TypeError: unsupported operand type(s) for -: 'list' and 'list'

### Dictionaries

- Look-up table of key value pairs
- Easy to name elements
- Can't do vectorized calculations
- Can easily be nested


In [14]:
grades = {'algebra': 12, 'physics': 17, 'management': 19, 'religion': 9}

In [15]:
grades

{'algebra': 12, 'management': 19, 'physics': 17, 'religion': 9}

In [16]:
grades['algebra']

12

### Combining dictionaries and lists

In [17]:
summ = [{'class': 'algebra', 'score': 12, 'passed': True },
        {'class': 'physics', 'score': 17, 'passed': True },
        {'class': 'management', 'score':19, 'passed': True },
        {'class': 'religion', 'score': 9, 'passed': False }]

In [18]:
summ

[{'class': 'algebra', 'passed': True, 'score': 12},
 {'class': 'physics', 'passed': True, 'score': 17},
 {'class': 'management', 'passed': True, 'score': 19},
 {'class': 'religion', 'passed': False, 'score': 9}]

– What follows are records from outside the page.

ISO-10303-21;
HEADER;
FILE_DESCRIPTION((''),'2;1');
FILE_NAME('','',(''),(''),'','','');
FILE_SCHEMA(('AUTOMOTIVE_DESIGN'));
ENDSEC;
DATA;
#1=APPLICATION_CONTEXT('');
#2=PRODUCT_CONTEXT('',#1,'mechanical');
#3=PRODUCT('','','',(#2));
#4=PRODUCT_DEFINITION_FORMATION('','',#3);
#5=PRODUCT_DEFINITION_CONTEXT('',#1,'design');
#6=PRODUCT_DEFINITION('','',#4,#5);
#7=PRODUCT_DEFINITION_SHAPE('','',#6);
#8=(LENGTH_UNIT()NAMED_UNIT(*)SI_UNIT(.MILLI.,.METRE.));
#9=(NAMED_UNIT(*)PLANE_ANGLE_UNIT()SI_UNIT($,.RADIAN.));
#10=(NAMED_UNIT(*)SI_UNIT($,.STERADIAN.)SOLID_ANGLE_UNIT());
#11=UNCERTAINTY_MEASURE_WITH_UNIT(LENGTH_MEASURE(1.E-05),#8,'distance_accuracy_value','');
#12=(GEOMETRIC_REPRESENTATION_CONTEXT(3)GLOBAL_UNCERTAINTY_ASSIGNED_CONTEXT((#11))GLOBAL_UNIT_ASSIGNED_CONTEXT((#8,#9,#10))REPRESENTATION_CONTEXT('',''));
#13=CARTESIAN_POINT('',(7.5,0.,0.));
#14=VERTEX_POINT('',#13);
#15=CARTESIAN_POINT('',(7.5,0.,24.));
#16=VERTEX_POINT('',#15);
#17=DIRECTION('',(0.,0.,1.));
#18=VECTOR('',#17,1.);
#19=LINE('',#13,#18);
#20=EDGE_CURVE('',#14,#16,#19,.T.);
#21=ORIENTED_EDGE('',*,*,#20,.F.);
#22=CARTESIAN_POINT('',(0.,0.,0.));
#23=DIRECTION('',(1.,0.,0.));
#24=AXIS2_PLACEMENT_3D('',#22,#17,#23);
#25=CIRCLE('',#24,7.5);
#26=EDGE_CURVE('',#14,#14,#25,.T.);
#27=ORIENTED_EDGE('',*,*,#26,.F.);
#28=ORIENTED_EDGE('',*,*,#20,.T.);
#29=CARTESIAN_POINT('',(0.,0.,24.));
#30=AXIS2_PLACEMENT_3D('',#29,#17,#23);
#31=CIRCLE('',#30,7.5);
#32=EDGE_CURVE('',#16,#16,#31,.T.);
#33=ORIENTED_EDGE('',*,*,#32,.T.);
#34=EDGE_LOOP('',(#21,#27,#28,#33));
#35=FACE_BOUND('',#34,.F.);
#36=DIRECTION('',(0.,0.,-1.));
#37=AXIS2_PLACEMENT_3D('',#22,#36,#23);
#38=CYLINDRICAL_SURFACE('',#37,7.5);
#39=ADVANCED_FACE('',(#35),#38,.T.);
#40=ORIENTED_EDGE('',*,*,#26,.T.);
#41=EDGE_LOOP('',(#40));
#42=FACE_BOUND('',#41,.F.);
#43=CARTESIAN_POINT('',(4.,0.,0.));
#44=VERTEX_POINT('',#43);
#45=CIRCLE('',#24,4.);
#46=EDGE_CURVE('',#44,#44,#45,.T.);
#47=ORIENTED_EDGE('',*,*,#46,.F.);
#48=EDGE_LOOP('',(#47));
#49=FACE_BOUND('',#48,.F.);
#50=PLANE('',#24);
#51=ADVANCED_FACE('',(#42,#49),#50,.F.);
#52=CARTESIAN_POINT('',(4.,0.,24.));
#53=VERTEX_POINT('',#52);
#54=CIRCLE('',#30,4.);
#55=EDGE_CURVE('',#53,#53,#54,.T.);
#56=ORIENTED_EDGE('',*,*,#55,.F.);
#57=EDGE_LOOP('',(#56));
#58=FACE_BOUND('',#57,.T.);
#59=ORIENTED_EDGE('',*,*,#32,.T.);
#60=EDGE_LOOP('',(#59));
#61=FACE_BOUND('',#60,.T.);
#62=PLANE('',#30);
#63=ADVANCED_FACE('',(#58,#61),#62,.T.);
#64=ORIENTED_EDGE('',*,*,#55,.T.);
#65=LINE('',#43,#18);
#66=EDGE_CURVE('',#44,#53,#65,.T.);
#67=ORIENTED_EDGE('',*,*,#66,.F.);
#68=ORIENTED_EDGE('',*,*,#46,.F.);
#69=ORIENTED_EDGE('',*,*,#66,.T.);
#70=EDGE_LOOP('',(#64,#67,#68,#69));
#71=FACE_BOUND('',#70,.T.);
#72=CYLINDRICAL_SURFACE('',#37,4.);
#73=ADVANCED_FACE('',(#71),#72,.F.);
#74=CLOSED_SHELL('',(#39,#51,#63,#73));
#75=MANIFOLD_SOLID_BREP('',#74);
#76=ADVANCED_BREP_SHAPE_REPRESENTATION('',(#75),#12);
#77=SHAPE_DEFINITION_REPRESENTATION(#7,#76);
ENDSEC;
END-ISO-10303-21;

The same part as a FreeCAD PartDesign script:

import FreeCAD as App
import Part
import Sketcher

V = App.Vector

doc = App.newDocument("Part")
body = doc.addObject("PartDesign::Body", "Body")

# Sketch on XY plane
sketch1 = doc.addObject("Sketcher::SketchObject", "Sketch")
body.addObject(sketch1)
sketch1.AttachmentSupport = (doc.XY_Plane, [""])
sketch1.MapMode = "FlatFace"
sketch1.addGeometry([
    Part.Circle(V(0, 0, 0), V(0, 0, 1), 7.5),
    Part.Circle(V(0, 0, 0), V(0, 0, 1), 4),
], False)
sketch1.addConstraint([
    Sketcher.Constraint("Coincident", 0, 3, -1, 1),
    Sketcher.Constraint("Coincident", 1, 3, -1, 1),
    Sketcher.Constraint("Diameter", 0, 15.0),
    Sketcher.Constraint("Diameter", 1, 8.0),
])
pad1 = doc.addObject("PartDesign::Pad", "Pad")
body.addObject(pad1)
pad1.Profile = sketch1
pad1.Length = 24

doc.recompute()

### Better alternatives for Data Science: Numpy

- Single-type array
- Element-wise calculations
- Very fast (optimized in C)



In [19]:
import numpy as np
scores = np.array([12, 17, 19, 9])
other_scores = np.array([10, 18, 18, 14])
scores - other_scores

array([ 2, -1,  1, -5])

### Better alternatvies for Data Science: Pandas DataFrame

- To store tabular data
- Rows and columns
- Easy indexing of rows and columns


In [20]:
import pandas as pd
summ = [{'class': 'algebra', 'score': 12, 'passed': True },
        {'class': 'physics', 'score': 17, 'passed': True },
        {'class': 'management', 'score':19, 'passed': True },
        {'class': 'religion', 'score': 9, 'passed': False }]
df = pd.DataFrame(summ)
df

Unnamed: 0,class,passed,score
0,algebra,True,12
1,physics,True,17
2,management,True,19
3,religion,False,9


In [21]:
df['class']

0       algebra
1       physics
2    management
3      religion
Name: class, dtype: object

In [84]:
df.iloc[1, 2]

17

In [85]:
df['score'][1]

17

## Functions and packages

### Functions
- Solve a particular, well-defined problem
- Black-box principle
- Ton of them available in packages
- Possible to write your own


In [25]:
def my_mean(lst):
    sum = 0.0;
    for el in lst:
        sum += el;
    return sum / len(lst)


In [26]:
scores = [12, 17, 19, 9]
my_mean(scores)

14.25

### Packages

- Google is your friend
- Packages for practially everything
- Easy installation with `pip`

In [24]:
import numpy as np
scores = np.array([12, 17, 19, 9])
np.mean(scores)

14.25

## Let's practice!

Go to https://www.datacamp.com/courses/2311



## Other programming concepts

### Control Structures


In [89]:
temp_celsius = 68
if temp_celsius <= 0 :
  print("Brrrr!")
else :
  print("It's not freezing.")

It's not freezing.


In [90]:
hobbies = ["cycling", "movies", "data science"]
for h in hobbies :
  print(h)

cycling
movies
data science